=== Assignment ===
From the records below, set down exactly the lines starting with the line that contains "v -107.509 -15.04 0" and going on through the line that contains "v -103.671 -7.879 3". Nothing else is wanted.

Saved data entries
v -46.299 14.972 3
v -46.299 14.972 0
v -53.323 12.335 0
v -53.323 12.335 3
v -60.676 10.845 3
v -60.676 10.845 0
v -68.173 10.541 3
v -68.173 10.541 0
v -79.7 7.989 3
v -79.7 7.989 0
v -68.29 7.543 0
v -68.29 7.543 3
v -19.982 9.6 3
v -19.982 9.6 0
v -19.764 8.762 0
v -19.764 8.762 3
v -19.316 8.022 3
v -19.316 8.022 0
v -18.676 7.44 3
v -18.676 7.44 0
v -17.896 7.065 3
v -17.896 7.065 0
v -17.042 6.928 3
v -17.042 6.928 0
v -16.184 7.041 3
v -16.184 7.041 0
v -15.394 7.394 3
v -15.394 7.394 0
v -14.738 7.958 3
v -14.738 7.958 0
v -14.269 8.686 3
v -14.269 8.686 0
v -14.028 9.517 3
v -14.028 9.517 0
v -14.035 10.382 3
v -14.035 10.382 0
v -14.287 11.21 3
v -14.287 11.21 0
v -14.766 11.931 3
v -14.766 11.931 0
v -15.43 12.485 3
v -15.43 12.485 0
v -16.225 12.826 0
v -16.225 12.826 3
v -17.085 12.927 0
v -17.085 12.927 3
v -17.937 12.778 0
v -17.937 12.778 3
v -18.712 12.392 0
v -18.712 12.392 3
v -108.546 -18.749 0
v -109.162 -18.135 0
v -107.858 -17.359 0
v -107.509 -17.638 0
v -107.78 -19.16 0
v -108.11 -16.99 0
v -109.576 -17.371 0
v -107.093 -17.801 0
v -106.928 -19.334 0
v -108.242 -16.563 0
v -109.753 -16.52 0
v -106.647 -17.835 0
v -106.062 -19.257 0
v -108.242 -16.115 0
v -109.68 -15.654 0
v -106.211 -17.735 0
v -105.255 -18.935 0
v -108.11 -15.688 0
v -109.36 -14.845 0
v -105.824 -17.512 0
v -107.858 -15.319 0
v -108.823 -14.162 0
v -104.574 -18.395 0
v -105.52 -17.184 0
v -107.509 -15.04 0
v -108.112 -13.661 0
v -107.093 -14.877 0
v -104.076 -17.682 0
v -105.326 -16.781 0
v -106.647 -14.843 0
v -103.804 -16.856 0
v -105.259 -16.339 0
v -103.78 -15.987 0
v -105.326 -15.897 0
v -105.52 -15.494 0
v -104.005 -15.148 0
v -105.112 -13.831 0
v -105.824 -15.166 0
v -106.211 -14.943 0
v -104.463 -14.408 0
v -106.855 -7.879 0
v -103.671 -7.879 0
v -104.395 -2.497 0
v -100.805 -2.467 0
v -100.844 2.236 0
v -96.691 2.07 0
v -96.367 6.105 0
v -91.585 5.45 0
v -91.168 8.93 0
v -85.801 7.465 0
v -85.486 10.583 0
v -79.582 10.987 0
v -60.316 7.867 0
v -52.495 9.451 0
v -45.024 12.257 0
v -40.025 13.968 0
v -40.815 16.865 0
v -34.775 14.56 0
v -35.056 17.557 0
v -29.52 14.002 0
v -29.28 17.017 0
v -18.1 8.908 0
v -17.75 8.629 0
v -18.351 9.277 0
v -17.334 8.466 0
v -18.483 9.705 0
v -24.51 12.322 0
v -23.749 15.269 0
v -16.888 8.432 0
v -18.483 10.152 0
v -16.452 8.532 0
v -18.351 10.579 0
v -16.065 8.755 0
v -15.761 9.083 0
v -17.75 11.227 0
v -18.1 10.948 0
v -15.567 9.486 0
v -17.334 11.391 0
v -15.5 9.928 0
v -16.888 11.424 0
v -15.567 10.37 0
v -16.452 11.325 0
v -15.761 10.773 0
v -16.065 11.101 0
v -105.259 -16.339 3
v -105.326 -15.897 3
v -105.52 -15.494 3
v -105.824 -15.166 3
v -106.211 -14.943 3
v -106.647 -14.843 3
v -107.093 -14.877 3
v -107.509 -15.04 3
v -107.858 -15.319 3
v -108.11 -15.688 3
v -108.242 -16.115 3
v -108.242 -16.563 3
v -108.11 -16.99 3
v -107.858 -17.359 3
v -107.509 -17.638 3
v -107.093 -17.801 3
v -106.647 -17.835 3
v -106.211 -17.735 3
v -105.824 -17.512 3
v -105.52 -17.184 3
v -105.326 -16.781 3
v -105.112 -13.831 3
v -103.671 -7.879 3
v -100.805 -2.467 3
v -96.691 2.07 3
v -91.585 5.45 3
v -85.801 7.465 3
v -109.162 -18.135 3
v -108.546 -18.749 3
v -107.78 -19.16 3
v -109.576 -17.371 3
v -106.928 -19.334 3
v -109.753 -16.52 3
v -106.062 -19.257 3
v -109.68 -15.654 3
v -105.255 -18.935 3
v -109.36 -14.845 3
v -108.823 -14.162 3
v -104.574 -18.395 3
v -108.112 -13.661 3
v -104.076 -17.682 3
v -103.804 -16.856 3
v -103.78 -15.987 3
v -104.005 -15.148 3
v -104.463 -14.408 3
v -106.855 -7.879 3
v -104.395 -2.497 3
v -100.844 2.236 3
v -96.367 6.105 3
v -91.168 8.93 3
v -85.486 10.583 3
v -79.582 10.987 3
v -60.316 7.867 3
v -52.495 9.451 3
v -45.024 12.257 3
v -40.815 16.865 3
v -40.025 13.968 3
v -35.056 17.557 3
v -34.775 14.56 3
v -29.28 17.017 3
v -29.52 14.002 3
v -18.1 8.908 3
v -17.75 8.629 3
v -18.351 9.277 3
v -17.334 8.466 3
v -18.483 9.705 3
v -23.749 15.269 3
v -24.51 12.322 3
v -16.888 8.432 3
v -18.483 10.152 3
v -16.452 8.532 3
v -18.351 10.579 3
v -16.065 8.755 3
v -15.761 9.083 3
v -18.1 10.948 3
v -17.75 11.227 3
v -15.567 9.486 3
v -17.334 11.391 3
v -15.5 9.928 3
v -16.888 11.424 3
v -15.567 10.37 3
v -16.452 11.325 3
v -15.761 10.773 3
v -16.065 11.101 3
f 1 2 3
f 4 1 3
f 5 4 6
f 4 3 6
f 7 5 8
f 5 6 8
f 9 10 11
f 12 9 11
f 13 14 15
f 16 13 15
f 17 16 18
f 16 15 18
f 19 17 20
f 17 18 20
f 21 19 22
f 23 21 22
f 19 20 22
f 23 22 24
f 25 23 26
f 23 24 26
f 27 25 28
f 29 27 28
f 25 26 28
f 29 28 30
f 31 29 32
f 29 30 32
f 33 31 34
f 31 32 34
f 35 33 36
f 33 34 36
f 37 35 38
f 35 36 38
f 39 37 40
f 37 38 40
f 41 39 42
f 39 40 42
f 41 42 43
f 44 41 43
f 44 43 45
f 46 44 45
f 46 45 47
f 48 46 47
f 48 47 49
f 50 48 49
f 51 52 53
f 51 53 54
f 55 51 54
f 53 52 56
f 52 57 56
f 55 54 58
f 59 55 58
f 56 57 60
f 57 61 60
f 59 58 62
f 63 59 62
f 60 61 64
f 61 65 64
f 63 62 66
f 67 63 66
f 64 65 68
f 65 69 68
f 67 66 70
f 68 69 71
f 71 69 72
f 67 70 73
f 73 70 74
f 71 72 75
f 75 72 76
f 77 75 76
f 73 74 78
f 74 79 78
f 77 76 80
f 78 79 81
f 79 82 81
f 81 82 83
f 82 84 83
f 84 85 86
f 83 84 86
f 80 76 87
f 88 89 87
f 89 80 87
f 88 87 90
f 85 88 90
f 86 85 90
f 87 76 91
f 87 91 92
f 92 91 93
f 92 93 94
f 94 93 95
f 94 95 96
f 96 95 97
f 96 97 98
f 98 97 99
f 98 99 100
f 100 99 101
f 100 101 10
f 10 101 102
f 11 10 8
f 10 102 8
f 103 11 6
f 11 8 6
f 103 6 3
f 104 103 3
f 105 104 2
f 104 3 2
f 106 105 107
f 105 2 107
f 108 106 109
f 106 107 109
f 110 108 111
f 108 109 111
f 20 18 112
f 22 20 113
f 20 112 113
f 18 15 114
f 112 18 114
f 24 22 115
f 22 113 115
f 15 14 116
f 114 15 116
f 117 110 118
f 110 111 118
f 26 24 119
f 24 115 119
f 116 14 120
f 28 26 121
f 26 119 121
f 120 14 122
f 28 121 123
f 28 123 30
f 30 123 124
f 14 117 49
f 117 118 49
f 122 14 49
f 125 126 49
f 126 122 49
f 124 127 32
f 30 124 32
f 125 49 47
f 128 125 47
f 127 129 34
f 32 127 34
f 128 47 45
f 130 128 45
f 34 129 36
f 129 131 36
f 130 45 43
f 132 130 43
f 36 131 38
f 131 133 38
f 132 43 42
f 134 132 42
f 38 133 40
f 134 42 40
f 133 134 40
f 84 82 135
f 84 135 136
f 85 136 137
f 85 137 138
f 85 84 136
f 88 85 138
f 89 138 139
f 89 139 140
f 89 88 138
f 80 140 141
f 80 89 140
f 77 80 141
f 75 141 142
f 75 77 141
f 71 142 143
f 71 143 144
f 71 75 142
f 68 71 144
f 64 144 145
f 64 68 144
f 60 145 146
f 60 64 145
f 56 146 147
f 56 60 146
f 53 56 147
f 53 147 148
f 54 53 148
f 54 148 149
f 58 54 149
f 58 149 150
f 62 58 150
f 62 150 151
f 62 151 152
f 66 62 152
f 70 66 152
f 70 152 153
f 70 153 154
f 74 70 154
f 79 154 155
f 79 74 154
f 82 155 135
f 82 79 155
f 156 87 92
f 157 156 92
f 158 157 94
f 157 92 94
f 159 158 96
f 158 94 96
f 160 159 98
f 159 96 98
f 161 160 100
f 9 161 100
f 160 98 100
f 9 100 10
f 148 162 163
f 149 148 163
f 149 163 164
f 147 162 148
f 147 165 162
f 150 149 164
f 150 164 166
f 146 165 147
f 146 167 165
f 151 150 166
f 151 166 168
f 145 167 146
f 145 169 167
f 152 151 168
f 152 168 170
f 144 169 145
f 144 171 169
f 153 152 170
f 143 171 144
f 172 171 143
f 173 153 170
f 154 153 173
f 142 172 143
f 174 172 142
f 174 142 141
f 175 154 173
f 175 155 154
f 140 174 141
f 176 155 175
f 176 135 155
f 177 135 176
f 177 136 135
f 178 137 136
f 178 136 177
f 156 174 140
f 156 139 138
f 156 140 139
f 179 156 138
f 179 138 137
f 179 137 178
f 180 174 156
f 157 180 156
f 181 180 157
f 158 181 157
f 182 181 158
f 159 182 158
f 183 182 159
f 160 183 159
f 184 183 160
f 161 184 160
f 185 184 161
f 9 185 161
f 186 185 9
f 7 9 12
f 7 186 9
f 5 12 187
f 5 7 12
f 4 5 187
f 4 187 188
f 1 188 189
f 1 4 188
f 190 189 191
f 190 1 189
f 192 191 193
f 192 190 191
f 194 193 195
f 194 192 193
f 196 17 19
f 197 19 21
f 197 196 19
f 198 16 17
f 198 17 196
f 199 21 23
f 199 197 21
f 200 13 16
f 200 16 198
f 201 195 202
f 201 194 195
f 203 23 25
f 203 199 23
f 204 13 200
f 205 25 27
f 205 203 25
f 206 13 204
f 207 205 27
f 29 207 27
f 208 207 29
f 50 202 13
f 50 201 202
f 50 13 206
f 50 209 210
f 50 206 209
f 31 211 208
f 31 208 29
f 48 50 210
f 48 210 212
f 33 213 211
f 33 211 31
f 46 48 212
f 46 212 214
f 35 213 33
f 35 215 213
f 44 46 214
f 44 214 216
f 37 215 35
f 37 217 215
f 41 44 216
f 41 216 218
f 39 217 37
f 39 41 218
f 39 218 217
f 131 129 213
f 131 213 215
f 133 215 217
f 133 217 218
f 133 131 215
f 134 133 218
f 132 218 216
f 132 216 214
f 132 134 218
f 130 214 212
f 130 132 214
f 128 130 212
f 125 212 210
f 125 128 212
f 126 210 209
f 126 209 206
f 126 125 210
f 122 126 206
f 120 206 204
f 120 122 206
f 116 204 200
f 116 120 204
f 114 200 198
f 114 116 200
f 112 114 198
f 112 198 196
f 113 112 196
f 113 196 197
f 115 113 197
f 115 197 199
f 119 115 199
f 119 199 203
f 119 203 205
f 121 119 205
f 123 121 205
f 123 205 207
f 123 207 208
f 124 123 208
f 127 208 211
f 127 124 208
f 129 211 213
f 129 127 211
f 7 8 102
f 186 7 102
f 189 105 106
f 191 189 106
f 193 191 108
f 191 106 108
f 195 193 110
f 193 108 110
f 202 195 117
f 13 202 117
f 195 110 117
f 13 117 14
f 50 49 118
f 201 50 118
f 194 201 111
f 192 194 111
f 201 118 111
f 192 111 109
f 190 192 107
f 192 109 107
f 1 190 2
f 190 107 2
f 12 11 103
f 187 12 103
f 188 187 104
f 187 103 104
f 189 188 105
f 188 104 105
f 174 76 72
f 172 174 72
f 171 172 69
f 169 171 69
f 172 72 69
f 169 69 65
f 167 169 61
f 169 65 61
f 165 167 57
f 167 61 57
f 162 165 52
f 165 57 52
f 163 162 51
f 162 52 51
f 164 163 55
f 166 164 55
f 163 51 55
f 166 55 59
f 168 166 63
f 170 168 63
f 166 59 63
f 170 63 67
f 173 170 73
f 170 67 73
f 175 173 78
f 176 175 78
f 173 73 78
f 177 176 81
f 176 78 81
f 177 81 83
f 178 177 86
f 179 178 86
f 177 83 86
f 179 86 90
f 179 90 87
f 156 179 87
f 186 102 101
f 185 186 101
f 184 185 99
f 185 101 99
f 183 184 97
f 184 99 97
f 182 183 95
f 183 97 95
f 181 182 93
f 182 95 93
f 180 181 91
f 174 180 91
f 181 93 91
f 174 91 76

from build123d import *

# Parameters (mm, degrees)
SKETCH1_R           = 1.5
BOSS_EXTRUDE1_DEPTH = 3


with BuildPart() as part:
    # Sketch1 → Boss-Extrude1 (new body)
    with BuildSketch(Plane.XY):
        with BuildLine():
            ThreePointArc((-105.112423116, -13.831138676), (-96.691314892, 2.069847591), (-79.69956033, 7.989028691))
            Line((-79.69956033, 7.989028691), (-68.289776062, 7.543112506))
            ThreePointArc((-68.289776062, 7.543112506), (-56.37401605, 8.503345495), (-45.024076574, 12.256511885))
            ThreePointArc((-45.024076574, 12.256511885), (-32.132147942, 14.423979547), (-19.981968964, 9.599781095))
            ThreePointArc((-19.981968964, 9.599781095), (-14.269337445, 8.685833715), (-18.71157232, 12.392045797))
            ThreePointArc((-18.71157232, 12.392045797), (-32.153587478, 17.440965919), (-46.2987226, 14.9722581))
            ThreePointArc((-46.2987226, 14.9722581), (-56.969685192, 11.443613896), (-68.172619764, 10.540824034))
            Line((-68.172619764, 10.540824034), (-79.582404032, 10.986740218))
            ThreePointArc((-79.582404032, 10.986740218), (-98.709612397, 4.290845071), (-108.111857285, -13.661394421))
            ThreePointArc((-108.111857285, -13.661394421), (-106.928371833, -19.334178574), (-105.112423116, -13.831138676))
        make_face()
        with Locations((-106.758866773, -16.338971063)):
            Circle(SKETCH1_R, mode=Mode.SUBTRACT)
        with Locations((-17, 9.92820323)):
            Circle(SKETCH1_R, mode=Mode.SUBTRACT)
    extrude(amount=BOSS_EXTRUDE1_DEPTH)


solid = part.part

=== Problem solution ===
v -107.509 -15.04 0
v -108.112 -13.661 0
v -107.093 -14.877 0
v -104.076 -17.682 0
v -105.326 -16.781 0
v -106.647 -14.843 0
v -103.804 -16.856 0
v -105.259 -16.339 0
v -103.78 -15.987 0
v -105.326 -15.897 0
v -105.52 -15.494 0
v -104.005 -15.148 0
v -105.112 -13.831 0
v -105.824 -15.166 0
v -106.211 -14.943 0
v -104.463 -14.408 0
v -106.855 -7.879 0
v -103.671 -7.879 0
v -104.395 -2.497 0
v -100.805 -2.467 0
v -100.844 2.236 0
v -96.691 2.07 0
v -96.367 6.105 0
v -91.585 5.45 0
v -91.168 8.93 0
v -85.801 7.465 0
v -85.486 10.583 0
v -79.582 10.987 0
v -60.316 7.867 0
v -52.495 9.451 0
v -45.024 12.257 0
v -40.025 13.968 0
v -40.815 16.865 0
v -34.775 14.56 0
v -35.056 17.557 0
v -29.52 14.002 0
v -29.28 17.017 0
v -18.1 8.908 0
v -17.75 8.629 0
v -18.351 9.277 0
v -17.334 8.466 0
v -18.483 9.705 0
v -24.51 12.322 0
v -23.749 15.269 0
v -16.888 8.432 0
v -18.483 10.152 0
v -16.452 8.532 0
v -18.351 10.579 0
v -16.065 8.755 0
v -15.761 9.083 0
v -17.75 11.227 0
v -18.1 10.948 0
v -15.567 9.486 0
v -17.334 11.391 0
v -15.5 9.928 0
v -16.888 11.424 0
v -15.567 10.37 0
v -16.452 11.325 0
v -15.761 10.773 0
v -16.065 11.101 0
v -105.259 -16.339 3
v -105.326 -15.897 3
v -105.52 -15.494 3
v -105.824 -15.166 3
v -106.211 -14.943 3
v -106.647 -14.843 3
v -107.093 -14.877 3
v -107.509 -15.04 3
v -107.858 -15.319 3
v -108.11 -15.688 3
v -108.242 -16.115 3
v -108.242 -16.563 3
v -108.11 -16.99 3
v -107.858 -17.359 3
v -107.509 -17.638 3
v -107.093 -17.801 3
v -106.647 -17.835 3
v -106.211 -17.735 3
v -105.824 -17.512 3
v -105.52 -17.184 3
v -105.326 -16.781 3
v -105.112 -13.831 3
v -103.671 -7.879 3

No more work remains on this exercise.